Current mathematical techniques have reached their limits, but deep learning promises to totally transform how analyses are done, writes chemistry professor Jean-François Masson.
Analytical chemistry, which involves identifying and quantifying molecules in lab samples, is used in a wide range of fields, including medicine, environmental analysis, drug testing and pharmaceutical quality control.
There are hundreds of thousands or even millions of types of molecules. Analyzing them is essential for understanding how illnesses work at the molecular level and find new treatments. Modern techniques such as chromatography, mass spectrometry and spectroscopy are used to separate and identify molecules based on their structures and chemical bonds. However, when molecules are similar, they can be hard to distinguish. This hinders our understanding of the molecular mechanisms of disease, which in turn prevents us from finding effective treatment options.
A revolution on the horizon
Deep learning could transform the way we analyze chemicals. The techniques used in analytical chemistry create spectra or chromatograms – essentially, photographs of molecules – from which information is extracted. The problem, however, is that the images are highly complex and the mathematical techniques currently used to extract data have reached their limit. In fact, no major improvements have been made in the last decade.
Now the hope is that deep learning will enhance analytical chemistry techniques and allow better quality data to be extracted. In so doing, it will change the process for discovering which molecules cause illness and help us better describe the molecular composition of diseased cells and tissue. By improving our understanding of how illnesses disrupt chemical composition, we may be able to develop more effective treatments – and possibly even personalized treatments.

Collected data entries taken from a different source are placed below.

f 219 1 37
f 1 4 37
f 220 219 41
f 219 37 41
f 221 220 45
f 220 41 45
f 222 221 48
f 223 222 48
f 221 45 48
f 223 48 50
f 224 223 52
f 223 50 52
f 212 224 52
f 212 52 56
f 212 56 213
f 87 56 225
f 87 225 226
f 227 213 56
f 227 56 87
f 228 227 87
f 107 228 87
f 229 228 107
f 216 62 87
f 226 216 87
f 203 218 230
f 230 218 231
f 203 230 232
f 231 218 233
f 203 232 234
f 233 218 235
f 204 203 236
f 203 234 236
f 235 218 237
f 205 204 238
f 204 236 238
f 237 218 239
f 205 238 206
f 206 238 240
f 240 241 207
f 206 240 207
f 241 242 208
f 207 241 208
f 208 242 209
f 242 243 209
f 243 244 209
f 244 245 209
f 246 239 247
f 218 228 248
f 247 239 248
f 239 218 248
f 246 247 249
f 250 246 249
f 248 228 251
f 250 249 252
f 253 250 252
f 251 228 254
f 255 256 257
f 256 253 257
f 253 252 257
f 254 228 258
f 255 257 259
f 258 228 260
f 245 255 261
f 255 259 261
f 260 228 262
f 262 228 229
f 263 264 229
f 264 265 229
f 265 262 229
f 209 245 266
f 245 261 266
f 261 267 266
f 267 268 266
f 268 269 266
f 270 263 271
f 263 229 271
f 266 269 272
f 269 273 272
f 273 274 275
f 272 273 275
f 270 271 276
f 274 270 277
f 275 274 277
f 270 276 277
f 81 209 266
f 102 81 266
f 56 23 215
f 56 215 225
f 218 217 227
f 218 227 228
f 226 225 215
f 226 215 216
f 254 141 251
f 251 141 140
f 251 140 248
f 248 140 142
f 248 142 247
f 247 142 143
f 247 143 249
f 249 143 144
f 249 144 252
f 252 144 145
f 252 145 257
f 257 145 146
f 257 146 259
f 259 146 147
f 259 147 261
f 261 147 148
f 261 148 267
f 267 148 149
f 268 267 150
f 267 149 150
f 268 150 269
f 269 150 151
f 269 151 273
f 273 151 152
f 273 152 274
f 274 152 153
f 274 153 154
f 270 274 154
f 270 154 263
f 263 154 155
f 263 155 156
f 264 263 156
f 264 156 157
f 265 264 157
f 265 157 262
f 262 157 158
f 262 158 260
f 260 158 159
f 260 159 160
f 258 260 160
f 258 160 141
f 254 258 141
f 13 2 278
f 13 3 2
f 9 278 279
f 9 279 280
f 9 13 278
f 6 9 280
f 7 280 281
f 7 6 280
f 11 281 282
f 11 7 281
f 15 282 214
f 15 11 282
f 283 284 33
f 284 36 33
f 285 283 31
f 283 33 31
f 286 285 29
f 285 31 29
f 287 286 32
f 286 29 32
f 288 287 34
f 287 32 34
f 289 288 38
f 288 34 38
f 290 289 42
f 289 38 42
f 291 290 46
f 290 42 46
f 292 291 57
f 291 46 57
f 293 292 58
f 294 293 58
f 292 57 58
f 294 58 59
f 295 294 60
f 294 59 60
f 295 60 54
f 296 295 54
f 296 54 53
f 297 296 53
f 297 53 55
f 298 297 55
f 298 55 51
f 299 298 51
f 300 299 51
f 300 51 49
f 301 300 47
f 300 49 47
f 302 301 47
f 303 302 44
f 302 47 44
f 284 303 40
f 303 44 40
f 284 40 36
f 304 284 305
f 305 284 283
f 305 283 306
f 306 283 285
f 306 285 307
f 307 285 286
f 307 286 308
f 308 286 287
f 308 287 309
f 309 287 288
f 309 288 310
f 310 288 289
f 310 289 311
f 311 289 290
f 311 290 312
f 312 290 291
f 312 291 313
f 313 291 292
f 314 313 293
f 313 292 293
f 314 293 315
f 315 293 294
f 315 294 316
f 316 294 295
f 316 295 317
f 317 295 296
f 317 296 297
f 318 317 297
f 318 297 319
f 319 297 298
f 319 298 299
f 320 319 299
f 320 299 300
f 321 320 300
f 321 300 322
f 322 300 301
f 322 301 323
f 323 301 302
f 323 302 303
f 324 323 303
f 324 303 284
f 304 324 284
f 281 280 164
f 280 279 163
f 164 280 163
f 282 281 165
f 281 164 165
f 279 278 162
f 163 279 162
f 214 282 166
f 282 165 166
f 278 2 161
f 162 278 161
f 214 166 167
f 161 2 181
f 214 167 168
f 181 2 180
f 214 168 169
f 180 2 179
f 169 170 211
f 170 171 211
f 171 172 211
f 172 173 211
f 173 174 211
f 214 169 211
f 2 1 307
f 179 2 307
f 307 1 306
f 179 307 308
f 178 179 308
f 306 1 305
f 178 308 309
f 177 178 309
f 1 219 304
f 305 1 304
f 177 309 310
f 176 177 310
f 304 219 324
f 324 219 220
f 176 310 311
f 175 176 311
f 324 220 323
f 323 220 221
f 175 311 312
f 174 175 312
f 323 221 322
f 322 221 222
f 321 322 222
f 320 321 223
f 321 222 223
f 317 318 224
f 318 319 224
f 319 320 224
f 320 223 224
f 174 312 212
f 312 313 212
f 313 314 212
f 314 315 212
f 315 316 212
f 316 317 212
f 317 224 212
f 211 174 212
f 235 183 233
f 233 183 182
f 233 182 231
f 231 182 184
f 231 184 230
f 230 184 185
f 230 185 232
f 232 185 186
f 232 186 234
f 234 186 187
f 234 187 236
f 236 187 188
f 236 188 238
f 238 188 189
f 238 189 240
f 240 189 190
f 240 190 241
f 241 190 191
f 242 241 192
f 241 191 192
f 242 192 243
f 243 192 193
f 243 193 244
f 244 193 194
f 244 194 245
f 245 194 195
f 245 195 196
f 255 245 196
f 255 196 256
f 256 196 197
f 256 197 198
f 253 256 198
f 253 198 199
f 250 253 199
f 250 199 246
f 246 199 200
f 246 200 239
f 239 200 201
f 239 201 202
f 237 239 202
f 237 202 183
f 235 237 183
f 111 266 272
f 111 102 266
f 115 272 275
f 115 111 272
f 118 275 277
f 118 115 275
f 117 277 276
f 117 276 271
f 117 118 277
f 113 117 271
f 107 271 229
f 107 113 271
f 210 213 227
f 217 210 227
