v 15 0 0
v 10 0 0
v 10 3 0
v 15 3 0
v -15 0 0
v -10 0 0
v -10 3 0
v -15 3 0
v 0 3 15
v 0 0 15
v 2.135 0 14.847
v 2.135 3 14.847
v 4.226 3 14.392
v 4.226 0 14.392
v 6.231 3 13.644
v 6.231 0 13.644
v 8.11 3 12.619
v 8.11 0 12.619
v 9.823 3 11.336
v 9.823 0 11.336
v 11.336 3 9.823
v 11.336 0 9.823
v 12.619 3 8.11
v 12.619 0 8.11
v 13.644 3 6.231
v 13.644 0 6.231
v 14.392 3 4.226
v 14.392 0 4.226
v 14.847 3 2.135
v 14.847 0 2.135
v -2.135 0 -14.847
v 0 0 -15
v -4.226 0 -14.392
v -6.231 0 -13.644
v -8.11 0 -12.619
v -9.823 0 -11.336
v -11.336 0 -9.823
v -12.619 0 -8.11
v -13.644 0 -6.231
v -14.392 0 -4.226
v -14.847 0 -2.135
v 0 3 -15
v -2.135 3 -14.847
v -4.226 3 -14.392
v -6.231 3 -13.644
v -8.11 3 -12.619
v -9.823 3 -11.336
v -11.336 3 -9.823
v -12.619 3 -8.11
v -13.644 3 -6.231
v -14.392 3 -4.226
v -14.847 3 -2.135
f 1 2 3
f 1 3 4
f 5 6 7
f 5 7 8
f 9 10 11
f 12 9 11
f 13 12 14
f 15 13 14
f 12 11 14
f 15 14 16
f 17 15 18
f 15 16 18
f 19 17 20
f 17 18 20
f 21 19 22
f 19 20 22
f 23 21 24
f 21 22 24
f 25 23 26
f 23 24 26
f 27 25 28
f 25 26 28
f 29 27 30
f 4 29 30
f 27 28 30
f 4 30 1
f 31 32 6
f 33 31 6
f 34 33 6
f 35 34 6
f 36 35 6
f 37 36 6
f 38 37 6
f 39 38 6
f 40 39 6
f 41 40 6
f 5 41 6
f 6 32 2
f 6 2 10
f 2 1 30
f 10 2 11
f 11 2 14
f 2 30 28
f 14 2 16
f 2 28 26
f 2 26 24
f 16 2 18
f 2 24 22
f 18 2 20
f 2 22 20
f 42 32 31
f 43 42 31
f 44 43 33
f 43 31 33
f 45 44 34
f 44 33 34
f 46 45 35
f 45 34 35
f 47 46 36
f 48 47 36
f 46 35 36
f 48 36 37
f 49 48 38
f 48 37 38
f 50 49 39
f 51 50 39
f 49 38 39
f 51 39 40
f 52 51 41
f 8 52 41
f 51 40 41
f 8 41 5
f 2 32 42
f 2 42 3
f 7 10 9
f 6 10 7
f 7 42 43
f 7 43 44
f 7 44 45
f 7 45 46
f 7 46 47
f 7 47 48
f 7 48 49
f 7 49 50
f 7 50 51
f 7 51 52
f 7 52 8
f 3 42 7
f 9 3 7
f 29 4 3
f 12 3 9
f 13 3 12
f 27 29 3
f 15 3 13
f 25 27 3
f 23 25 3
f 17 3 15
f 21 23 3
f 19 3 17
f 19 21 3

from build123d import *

# Parameters (mm, degrees)
SKETCH1_R           = 15
BOSS_EXTRUDE1_DEPTH = 3
CUT_EXTRUDE2_START  = -8
CUT_EXTRUDE2_DEPTH  = 8


with BuildPart() as part:
    # Sketch1 → Boss-Extrude1 (new body)
    with BuildSketch(Plane(origin=(0, 0, 0), x_dir=(1, 0, 0), z_dir=(0, 1, 0))):
        with Locations(Location((0, 0, 0), (0, 0, 270))):
            Circle(SKETCH1_R)
    extrude(amount=BOSS_EXTRUDE1_DEPTH)

    # Sketch3 → Cut-Extrude2 (cut)
    with BuildSketch(Plane(origin=(0, 3, 0), x_dir=(1, 0, 0), z_dir=(0, 1, 0)).offset(CUT_EXTRUDE2_START)):
        with BuildLine():
            Line((0, -15), (-10, 0))
            Line((-10, 0), (-15, 0))
            ThreePointArc((-15, 0), (-10.606601718, -10.606601718), (0, -15))
        make_face()
        with BuildLine():
            Line((0, 15), (10, 0))
            Line((10, 0), (15, 0))
            ThreePointArc((15, 0), (10.606601718, 10.606601718), (0, 15))
        make_face()
    extrude(amount=CUT_EXTRUDE2_DEPTH, mode=Mode.SUBTRACT)


solid = part.part
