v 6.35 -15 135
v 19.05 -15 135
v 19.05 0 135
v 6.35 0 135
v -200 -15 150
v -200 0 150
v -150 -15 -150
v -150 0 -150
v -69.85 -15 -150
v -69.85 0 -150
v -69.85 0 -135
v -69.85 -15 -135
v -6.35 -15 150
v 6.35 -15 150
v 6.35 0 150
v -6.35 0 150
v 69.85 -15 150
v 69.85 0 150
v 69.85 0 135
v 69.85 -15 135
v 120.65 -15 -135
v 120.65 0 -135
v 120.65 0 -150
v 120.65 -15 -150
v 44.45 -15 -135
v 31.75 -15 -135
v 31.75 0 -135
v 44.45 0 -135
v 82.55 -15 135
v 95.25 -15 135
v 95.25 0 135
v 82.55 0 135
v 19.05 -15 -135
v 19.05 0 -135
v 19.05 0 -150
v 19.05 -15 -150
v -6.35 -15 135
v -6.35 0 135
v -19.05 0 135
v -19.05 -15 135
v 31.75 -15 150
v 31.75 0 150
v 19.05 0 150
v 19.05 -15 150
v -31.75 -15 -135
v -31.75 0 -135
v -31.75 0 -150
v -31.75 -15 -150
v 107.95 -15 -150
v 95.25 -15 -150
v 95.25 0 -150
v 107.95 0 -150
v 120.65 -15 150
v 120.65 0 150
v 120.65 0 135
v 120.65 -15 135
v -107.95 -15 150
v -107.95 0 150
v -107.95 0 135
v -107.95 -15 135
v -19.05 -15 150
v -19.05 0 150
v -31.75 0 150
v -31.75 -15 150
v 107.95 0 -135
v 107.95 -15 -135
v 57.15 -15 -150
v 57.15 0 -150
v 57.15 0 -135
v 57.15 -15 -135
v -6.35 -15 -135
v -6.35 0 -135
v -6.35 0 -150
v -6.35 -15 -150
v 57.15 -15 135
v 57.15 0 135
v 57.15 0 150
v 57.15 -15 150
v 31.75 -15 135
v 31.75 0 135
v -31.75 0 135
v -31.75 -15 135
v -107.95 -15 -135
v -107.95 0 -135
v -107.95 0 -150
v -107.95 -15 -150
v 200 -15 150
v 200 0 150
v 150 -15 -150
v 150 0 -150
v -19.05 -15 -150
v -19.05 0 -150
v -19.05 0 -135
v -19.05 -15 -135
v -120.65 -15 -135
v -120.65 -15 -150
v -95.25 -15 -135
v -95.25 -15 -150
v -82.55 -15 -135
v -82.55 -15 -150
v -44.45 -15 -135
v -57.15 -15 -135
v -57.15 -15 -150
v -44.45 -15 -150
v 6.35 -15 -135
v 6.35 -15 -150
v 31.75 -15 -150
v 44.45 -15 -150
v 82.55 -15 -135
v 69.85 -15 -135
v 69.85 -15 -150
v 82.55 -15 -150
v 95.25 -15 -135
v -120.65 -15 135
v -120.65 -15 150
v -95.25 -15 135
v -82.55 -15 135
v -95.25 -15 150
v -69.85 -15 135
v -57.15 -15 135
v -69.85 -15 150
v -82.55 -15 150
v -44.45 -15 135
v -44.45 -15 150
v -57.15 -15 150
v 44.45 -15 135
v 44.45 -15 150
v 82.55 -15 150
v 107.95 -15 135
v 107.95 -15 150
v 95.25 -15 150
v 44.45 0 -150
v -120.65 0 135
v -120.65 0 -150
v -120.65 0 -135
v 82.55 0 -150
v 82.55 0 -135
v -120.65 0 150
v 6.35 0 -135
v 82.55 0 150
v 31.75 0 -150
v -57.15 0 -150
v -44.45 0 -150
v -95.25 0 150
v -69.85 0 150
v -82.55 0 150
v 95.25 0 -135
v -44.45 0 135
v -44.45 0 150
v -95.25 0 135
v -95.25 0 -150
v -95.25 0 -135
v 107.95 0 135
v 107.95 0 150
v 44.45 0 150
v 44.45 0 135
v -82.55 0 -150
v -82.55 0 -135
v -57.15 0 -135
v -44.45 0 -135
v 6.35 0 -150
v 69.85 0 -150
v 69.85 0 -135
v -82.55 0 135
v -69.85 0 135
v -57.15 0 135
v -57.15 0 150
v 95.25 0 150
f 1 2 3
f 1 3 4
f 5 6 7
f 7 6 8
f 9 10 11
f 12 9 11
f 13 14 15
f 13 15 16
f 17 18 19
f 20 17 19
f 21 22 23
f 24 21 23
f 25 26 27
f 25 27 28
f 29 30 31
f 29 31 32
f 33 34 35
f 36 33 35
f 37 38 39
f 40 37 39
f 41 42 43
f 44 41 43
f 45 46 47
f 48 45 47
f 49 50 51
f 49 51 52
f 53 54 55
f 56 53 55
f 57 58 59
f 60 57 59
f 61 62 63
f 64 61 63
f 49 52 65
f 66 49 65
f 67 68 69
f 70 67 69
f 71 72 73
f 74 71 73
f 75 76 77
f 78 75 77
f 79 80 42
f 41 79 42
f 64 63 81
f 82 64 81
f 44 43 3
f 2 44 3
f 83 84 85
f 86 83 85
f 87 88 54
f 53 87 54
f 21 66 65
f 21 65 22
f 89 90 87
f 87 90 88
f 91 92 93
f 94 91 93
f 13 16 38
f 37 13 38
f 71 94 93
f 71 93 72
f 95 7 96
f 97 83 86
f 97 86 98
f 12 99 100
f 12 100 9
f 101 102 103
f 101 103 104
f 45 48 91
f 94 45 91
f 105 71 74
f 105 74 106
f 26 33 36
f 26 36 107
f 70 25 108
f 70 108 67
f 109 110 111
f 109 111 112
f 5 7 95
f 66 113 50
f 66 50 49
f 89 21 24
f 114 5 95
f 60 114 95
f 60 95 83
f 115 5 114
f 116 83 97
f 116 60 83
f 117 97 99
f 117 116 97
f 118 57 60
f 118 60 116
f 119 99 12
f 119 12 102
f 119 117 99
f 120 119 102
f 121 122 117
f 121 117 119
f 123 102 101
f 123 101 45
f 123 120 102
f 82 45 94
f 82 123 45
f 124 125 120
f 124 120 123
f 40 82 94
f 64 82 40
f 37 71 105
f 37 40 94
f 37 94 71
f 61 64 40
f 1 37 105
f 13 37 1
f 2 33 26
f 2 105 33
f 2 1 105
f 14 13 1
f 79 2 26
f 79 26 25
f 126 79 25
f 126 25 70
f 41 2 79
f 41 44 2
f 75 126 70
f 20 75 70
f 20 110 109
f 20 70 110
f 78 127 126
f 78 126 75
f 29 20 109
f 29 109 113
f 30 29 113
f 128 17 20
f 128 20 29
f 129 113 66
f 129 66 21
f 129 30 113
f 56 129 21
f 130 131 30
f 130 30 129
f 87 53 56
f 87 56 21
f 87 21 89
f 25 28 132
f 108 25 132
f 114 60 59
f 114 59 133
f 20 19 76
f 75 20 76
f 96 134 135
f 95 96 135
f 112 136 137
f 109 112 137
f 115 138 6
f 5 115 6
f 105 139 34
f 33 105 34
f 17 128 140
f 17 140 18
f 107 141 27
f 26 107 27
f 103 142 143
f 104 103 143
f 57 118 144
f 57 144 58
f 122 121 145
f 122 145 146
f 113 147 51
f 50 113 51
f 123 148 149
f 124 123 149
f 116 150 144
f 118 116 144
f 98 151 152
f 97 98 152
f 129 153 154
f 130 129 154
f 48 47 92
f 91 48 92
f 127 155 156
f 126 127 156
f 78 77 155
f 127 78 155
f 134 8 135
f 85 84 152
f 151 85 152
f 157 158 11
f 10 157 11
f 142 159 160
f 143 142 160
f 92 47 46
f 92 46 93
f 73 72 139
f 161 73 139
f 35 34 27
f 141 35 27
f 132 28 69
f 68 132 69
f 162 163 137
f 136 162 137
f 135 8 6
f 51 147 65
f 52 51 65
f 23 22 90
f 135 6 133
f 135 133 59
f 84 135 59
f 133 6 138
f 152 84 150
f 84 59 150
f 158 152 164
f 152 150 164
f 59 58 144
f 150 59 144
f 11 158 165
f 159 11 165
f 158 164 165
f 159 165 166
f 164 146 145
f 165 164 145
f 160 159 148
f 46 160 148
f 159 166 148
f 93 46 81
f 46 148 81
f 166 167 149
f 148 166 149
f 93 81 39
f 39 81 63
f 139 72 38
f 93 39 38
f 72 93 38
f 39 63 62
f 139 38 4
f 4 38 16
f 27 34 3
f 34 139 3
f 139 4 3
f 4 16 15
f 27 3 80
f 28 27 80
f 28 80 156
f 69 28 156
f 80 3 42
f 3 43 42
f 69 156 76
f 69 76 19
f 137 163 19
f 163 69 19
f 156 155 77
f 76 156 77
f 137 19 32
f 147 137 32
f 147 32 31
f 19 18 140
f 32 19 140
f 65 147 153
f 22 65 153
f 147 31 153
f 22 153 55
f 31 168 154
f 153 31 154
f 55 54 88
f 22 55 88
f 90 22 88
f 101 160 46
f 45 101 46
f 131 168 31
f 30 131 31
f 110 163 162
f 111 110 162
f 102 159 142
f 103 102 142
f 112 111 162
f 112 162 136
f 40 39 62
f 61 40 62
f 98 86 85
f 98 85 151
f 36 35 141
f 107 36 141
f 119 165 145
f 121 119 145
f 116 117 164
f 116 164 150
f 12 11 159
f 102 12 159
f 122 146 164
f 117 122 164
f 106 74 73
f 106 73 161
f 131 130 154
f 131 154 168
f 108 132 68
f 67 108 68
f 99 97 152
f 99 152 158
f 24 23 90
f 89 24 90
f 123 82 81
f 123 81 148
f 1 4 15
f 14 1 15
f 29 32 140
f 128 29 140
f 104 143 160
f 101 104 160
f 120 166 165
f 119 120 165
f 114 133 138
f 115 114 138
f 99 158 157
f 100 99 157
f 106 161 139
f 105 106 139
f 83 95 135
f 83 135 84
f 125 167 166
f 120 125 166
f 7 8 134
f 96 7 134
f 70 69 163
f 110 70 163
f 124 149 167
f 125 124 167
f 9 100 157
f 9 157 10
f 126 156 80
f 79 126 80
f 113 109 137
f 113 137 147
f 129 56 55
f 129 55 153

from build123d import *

# Parameters (mm, degrees)
F1_DEPTH = 15


# Not quite as in the source:
# - a feature names something its author has since deleted; it is built from what else it names


with BuildPart() as f1:
    # F0 (on Front) → F1 (new body)
    with BuildSketch(Plane.XZ):
        Polygon((150, -150), (200, 150), (120.65, 150), (120.65, 135), (107.95, 135), (107.95, 150), (95.25, 150), (95.25, 135), (82.55, 135), (82.55, 150), (69.85, 150), (69.85, 135), (57.15, 135), (57.15, 150), (44.45, 150), (44.45, 135), (31.75, 135), (31.75, 150), (19.05, 150), (19.05, 135), (6.35, 135), (6.35, 150), (0, 150), (-6.35, 150), (-6.35, 135), (-19.05, 135), (-19.05, 150), (-31.75, 150), (-31.75, 135), (-44.45, 135), (-44.45, 150), (-57.15, 150), (-57.15, 135), (-69.85, 135), (-69.85, 150), (-82.55, 150), (-82.55, 135), (-95.25, 135), (-95.25, 150), (-107.95, 150), (-107.95, 135), (-120.65, 135), (-120.65, 150), (-200, 150), (-150, -150), (-120.65, -150), (-120.65, -135), (-107.95, -135), (-107.95, -150), (-95.25, -150), (-95.25, -135), (-82.55, -135), (-82.55, -150), (-69.85, -150), (-69.85, -135), (-57.15, -135), (-57.15, -150), (-44.45, -150), (-44.45, -135), (-31.75, -135), (-31.75, -150), (-19.05, -150), (-19.05, -135), (-6.35, -135), (-6.35, -150), (0, -150), (6.35, -150), (6.35, -135), (19.05, -135), (19.05, -150), (31.75, -150), (31.75, -135), (44.45, -135), (44.45, -150), (57.15, -150), (57.15, -135), (69.85, -135), (69.85, -150), (82.55, -150), (82.55, -135), (95.25, -135), (95.25, -150), (107.95, -150), (107.95, -135), (120.65, -135), (120.65, -150), align=None)
    extrude(amount=F1_DEPTH)


solid = f1.part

New neurochemical analysis
Deep learning has already changed our research methods. My team at UdeM worked with neuroscientific researchers to develop a new neurochemical analysis technique called optophysiology. It detects neurotransmitters by spectroscopically measuring their vibrations. Each neurotransmitter has a unique footprint that conventional mathematical techniques were able to process with only modest success.
Deep learning has vastly improved the results we get from optophysiology. We are now able to identify a dozen neurotransmitters in a single experiment, while traditional techniques used in the neurosciences can only identify one or two.
Thanks to artificial intelligence, neuroscientists are now able to obtain better results from analytic screening tools and gain a better understanding of how the brain works. We are hopeful that this will someday also lead to better drug treatments for neurodegenerative and psychiatric illnesses.